• _WHAT YOU NEED TO DO_:
Output every entry exactly as written.

Stored dataset items:

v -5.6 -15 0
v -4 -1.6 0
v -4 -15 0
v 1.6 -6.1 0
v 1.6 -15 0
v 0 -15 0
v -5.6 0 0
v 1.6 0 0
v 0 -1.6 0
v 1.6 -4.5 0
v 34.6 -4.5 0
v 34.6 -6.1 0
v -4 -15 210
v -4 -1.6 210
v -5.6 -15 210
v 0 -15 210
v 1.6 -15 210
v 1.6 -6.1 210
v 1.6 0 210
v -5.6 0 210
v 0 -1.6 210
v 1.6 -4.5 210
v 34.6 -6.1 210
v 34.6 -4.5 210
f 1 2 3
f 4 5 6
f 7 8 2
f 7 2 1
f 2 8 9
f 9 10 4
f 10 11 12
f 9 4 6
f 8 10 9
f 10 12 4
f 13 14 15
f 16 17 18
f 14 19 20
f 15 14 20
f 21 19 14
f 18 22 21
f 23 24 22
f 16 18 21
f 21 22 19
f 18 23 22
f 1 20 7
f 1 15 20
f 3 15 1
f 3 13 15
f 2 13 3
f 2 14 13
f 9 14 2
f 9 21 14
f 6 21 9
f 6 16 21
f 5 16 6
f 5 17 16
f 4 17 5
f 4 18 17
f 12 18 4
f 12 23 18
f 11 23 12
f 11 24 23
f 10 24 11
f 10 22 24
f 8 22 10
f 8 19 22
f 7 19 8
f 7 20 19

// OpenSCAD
// file: ../lib/project/gap_guard.scad
// lib/project/gap_guard.scad
// Gap guard profile and 3D module for rimless aquarium rear gap.
// Origin (0,0): top edge of tank glass at inner back corner; +X into tank, -Y down.
// Profile is X-Y; extrusion is along +Z.

// ---------- 2D helpers (clip channel and tongue bar; used by profile and debug) ----------
module clip_channel_2d(channel_width, wall_t, clip_h) {
  union() {
    translate([-(channel_width + wall_t), -clip_h]) square([wall_t, clip_h]);
    translate([0, -clip_h]) square([wall_t, clip_h]);
    translate([-(channel_width + wall_t), -wall_t])
      square([channel_width + 2 * wall_t, wall_t]);
  }
}

module tongue_bar_2d(wall_t, tongue_top, tongue_depth_val) {
  translate([wall_t, tongue_top - wall_t]) square([tongue_depth_val, wall_t]);
}

// ---------- Derived values (single source of truth) ----------
// Returns [channel_width, tongue_depth_val, lid_bottom_below_rim, tongue_top, tongue_bottom].
// channel_width: clip channel inner width (glass_t + clip_clearance).
// tongue_depth_val: depth of tongue bar into gap (gap_depth - tongue_margin).
// lid_bottom_below_rim: lid bottom Y position below rim (lid_top_below_rim + lid_t).
// tongue_top: Y coordinate of top of tongue bar, below rim (negative).
// tongue_bottom: Y coordinate of bottom of tongue bar (tongue_top - wall_t).
function gap_guard_derived(glass_t, clip_clearance, gap_depth, tongue_margin, lid_top_below_rim, lid_t, lid_clearance, wall_t) = let(
  channel_width = glass_t + clip_clearance,
  tongue_depth_val = gap_depth - tongue_margin,
  lid_bottom_below_rim = lid_top_below_rim + lid_t,
  tongue_top = -(lid_bottom_below_rim + lid_clearance),
  tongue_bottom = tongue_top - wall_t
) [channel_width, tongue_depth_val, lid_bottom_below_rim, tongue_top, tongue_bottom];

// ---------- Module: 2D profile (no guard_len) ----------
// chamfer: corner relief size (mm); 0 = sharp edges; >0 bevels outer profile edges via offset.
module gap_guard_profile_2d(
  gap_depth,
  tongue_margin,
  wall_t,
  glass_t,
  clip_clearance,
  clip_h,
  lid_t,
  lid_top_below_rim,
  lid_clearance,
  chamfer = 0
) {
  d = gap_guard_derived(glass_t, clip_clearance, gap_depth, tongue_margin, lid_top_below_rim, lid_t, lid_clearance, wall_t);
  channel_width = d[0];
  tongue_depth_val = d[1];
  tongue_top = d[3];

  module profile_core() {
    union() {
      clip_channel_2d(channel_width, wall_t, clip_h);
      tongue_bar_2d(wall_t, tongue_top, tongue_depth_val);
    }
  }

  if (chamfer > 0) {
    // Bevel outer edges: shrink then expand with 45° chamfer
    offset(delta = -chamfer)
      offset(delta = chamfer, chamfer = true)
        profile_core();
  } else {
    profile_core();
  }
}

// ---------- Module: 3D guard (linear_extrude along Z) ----------
// chamfer: passed to profile; bevels outer 2D edges when > 0.
module gap_guard(
  guard_len,
  gap_depth,
  tongue_margin,
  wall_t,
  glass_t,
  clip_clearance,
  clip_h,
  lid_t,
  lid_top_below_rim,
  lid_clearance,
  chamfer = 0,
  debug = false
) {
  d = gap_guard_derived(glass_t, clip_clearance, gap_depth, tongue_margin, lid_top_below_rim, lid_t, lid_clearance, wall_t);
  channel_width = d[0];
  tongue_depth_val = d[1];
  lid_bottom_below_rim = d[2];
  tongue_top = d[3];
  tongue_bottom = d[4];

  linear_extrude(height = guard_len)
    gap_guard_profile_2d(
      gap_depth = gap_depth,
      tongue_margin = tongue_margin,
      wall_t = wall_t,
      glass_t = glass_t,
      clip_clearance = clip_clearance,
      clip_h = clip_h,
      lid_t = lid_t,
      lid_top_below_rim = lid_top_below_rim,
      lid_clearance = lid_clearance,
      chamfer = chamfer
    );

  if (debug) {
    x_min = -(channel_width + wall_t);
    x_span = (wall_t + tongue_depth_val) - x_min;
    // Reference plane: y = 0 (rim top)
    translate([x_min, -0.1, 0]) cube([x_span, 0.2, guard_len]);
    // Reference plane: y = -lid_bottom_below_rim (lid bottom nominal)
    translate([x_min, -lid_bottom_below_rim - 0.1, 0]) cube([x_span, 0.2, guard_len]);
    // Reference plane: x = wall_t + tongue_depth_val (nominal coverage)
    y_plane_min = tongue_bottom;
    y_plane_span = 0 - y_plane_min;
    translate([wall_t + tongue_depth_val - 0.1, y_plane_min, 0])
      cube([0.2, y_plane_span, guard_len]);

    // Highlight clip channel and tongue (reuse 2D helpers)
    # linear_extrude(height = guard_len) {
      clip_channel_2d(channel_width, wall_t, clip_h);
      tongue_bar_2d(wall_t, tongue_top, tongue_depth_val);
    }
  }
}
// main file
// models/gap_guard.scad
// Thin wrapper for the rimless aquarium rear gap guard.
// Reusable profile and 3D module live in lib/project/gap_guard.scad.

use <../lib/project/gap_guard.scad>;

// ---------- Public parameters (mm, per spec) ----------
guard_len = 210.0;
gap_depth = 35.0;
tongue_margin = 2.0;
wall_t = 1.6;
glass_t = 4.0;
clip_clearance = 0.0;
clip_h = 15.0;
lid_t = 3.0;
lid_top_below_rim = 1.0;
lid_clearance = 0.5;
chamfer = 0;   // no chamfer; profile uses square()/rectangular extrusion so $fn has no effect
// $fn = 64;
debug = false;

// ---------- Model ----------
gap_guard(
  guard_len = guard_len,
  gap_depth = gap_depth,
  tongue_margin = tongue_margin,
  wall_t = wall_t,
  glass_t = glass_t,
  clip_clearance = clip_clearance,
  clip_h = clip_h,
  lid_t = lid_t,
  lid_top_below_rim = lid_top_below_rim,
  lid_clearance = lid_clearance,
  chamfer = chamfer,
  debug = debug
);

• _RESPONSE_:
v -5.6 -15 0
v -4 -1.6 0
v -4 -15 0
v 1.6 -6.1 0
v 1.6 -15 0
v 0 -15 0
v -5.6 0 0
v 1.6 0 0
v 0 -1.6 0
v 1.6 -4.5 0
v 34.6 -4.5 0
v 34.6 -6.1 0
v -4 -15 210
v -4 -1.6 210
v -5.6 -15 210
v 0 -15 210
v 1.6 -15 210
v 1.6 -6.1 210
v 1.6 0 210
v -5.6 0 210
v 0 -1.6 210
v 1.6 -4.5 210
v 34.6 -6.1 210
v 34.6 -4.5 210
f 1 2 3
f 4 5 6
f 7 8 2
f 7 2 1
f 2 8 9
f 9 10 4
f 10 11 12
f 9 4 6
f 8 10 9
f 10 12 4
f 13 14 15
f 16 17 18
f 14 19 20
f 15 14 20
f 21 19 14
f 18 22 21
f 23 24 22
f 16 18 21
f 21 22 19
f 18 23 22
f 1 20 7
f 1 15 20
f 3 15 1
f 3 13 15
f 2 13 3
f 2 14 13
f 9 14 2
f 9 21 14
f 6 21 9
f 6 16 21
f 5 16 6
f 5 17 16
f 4 17 5
f 4 18 17
f 12 18 4
f 12 23 18
f 11 23 12
f 11 24 23
f 10 24 11
f 10 22 24
f 8 22 10
f 8 19 22
f 7 19 8
f 7 20 19

// OpenSCAD
// file: ../lib/project/gap_guard.scad
// lib/project/gap_guard.scad
// Gap guard profile and 3D module for rimless aquarium rear gap.
// Origin (0,0): top edge of tank glass at inner back corner; +X into tank, -Y down.
// Profile is X-Y; extrusion is along +Z.

// ---------- 2D helpers (clip channel and tongue bar; used by profile and debug) ----------
module clip_channel_2d(channel_width, wall_t, clip_h) {
  union() {
    translate([-(channel_width + wall_t), -clip_h]) square([wall_t, clip_h]);
    translate([0, -clip_h]) square([wall_t, clip_h]);
    translate([-(channel_width + wall_t), -wall_t])
      square([channel_width + 2 * wall_t, wall_t]);
  }
}

module tongue_bar_2d(wall_t, tongue_top, tongue_depth_val) {
  translate([wall_t, tongue_top - wall_t]) square([tongue_depth_val, wall_t]);
}

// ---------- Derived values (single source of truth) ----------
// Returns [channel_width, tongue_depth_val, lid_bottom_below_rim, tongue_top, tongue_bottom].
// channel_width: clip channel inner width (glass_t + clip_clearance).
// tongue_depth_val: depth of tongue bar into gap (gap_depth - tongue_margin).
// lid_bottom_below_rim: lid bottom Y position below rim (lid_top_below_rim + lid_t).
// tongue_top: Y coordinate of top of tongue bar, below rim (negative).
// tongue_bottom: Y coordinate of bottom of tongue bar (tongue_top - wall_t).
function gap_guard_derived(glass_t, clip_clearance, gap_depth, tongue_margin, lid_top_below_rim, lid_t, lid_clearance, wall_t) = let(
  channel_width = glass_t + clip_clearance,
  tongue_depth_val = gap_depth - tongue_margin,
  lid_bottom_below_rim = lid_top_below_rim + lid_t,
  tongue_top = -(lid_bottom_below_rim + lid_clearance),
  tongue_bottom = tongue_top - wall_t
) [channel_width, tongue_depth_val, lid_bottom_below_rim, tongue_top, tongue_bottom];

// ---------- Module: 2D profile (no guard_len) ----------
// chamfer: corner relief size (mm); 0 = sharp edges; >0 bevels outer profile edges via offset.
module gap_guard_profile_2d(
  gap_depth,
  tongue_margin,
  wall_t,
  glass_t,
  clip_clearance,
  clip_h,
  lid_t,
  lid_top_below_rim,
  lid_clearance,
  chamfer = 0
) {
  d = gap_guard_derived(glass_t, clip_clearance, gap_depth, tongue_margin, lid_top_below_rim, lid_t, lid_clearance, wall_t);
  channel_width = d[0];
  tongue_depth_val = d[1];
  tongue_top = d[3];

  module profile_core() {
    union() {
      clip_channel_2d(channel_width, wall_t, clip_h);
      tongue_bar_2d(wall_t, tongue_top, tongue_depth_val);
    }
  }

  if (chamfer > 0) {
    // Bevel outer edges: shrink then expand with 45° chamfer
    offset(delta = -chamfer)
      offset(delta = chamfer, chamfer = true)
        profile_core();
  } else {
    profile_core();
  }
}

// ---------- Module: 3D guard (linear_extrude along Z) ----------
// chamfer: passed to profile; bevels outer 2D edges when > 0.
module gap_guard(
  guard_len,
  gap_depth,
  tongue_margin,
  wall_t,
  glass_t,
  clip_clearance,
  clip_h,
  lid_t,
  lid_top_below_rim,
  lid_clearance,
  chamfer = 0,
  debug = false
) {
  d = gap_guard_derived(glass_t, clip_clearance, gap_depth, tongue_margin, lid_top_below_rim, lid_t, lid_clearance, wall_t);
  channel_width = d[0];
  tongue_depth_val = d[1];
  lid_bottom_below_rim = d[2];
  tongue_top = d[3];
  tongue_bottom = d[4];

  linear_extrude(height = guard_len)
    gap_guard_profile_2d(
      gap_depth = gap_depth,
      tongue_margin = tongue_margin,
      wall_t = wall_t,
      glass_t = glass_t,
      clip_clearance = clip_clearance,
      clip_h = clip_h,
      lid_t = lid_t,
      lid_top_below_rim = lid_top_below_rim,
      lid_clearance = lid_clearance,
      chamfer = chamfer
    );

  if (debug) {
    x_min = -(channel_width + wall_t);
    x_span = (wall_t + tongue_depth_val) - x_min;
    // Reference plane: y = 0 (rim top)
    translate([x_min, -0.1, 0]) cube([x_span, 0.2, guard_len]);
    // Reference plane: y = -lid_bottom_below_rim (lid bottom nominal)
    translate([x_min, -lid_bottom_below_rim - 0.1, 0]) cube([x_span, 0.2, guard_len]);
    // Reference plane: x = wall_t + tongue_depth_val (nominal coverage)
    y_plane_min = tongue_bottom;
    y_plane_span = 0 - y_plane_min;
    translate([wall_t + tongue_depth_val - 0.1, y_plane_min, 0])
      cube([0.2, y_plane_span, guard_len]);

    // Highlight clip channel and tongue (reuse 2D helpers)
    # linear_extrude(height = guard_len) {
      clip_channel_2d(channel_width, wall_t, clip_h);
      tongue_bar_2d(wall_t, tongue_top, tongue_depth_val);
    }
  }
}
// main file
// models/gap_guard.scad
// Thin wrapper for the rimless aquarium rear gap guard.
// Reusable profile and 3D module live in lib/project/gap_guard.scad.

use <../lib/project/gap_guard.scad>;

// ---------- Public parameters (mm, per spec) ----------
guard_len = 210.0;
gap_depth = 35.0;
tongue_margin = 2.0;
wall_t = 1.6;
glass_t = 4.0;
clip_clearance = 0.0;
clip_h = 15.0;
lid_t = 3.0;
lid_top_below_rim = 1.0;
lid_clearance = 0.5;
chamfer = 0;   // no chamfer; profile uses square()/rectangular extrusion so $fn has no effect
// $fn = 64;
debug = false;

// ---------- Model ----------
gap_guard(
  guard_len = guard_len,
  gap_depth = gap_depth,
  tongue_margin = tongue_margin,
  wall_t = wall_t,
  glass_t = glass_t,
  clip_clearance = clip_clearance,
  clip_h = clip_h,
  lid_t = lid_t,
  lid_top_below_rim = lid_top_below_rim,
  lid_clearance = lid_clearance,
  chamfer = chamfer,
  debug = debug
);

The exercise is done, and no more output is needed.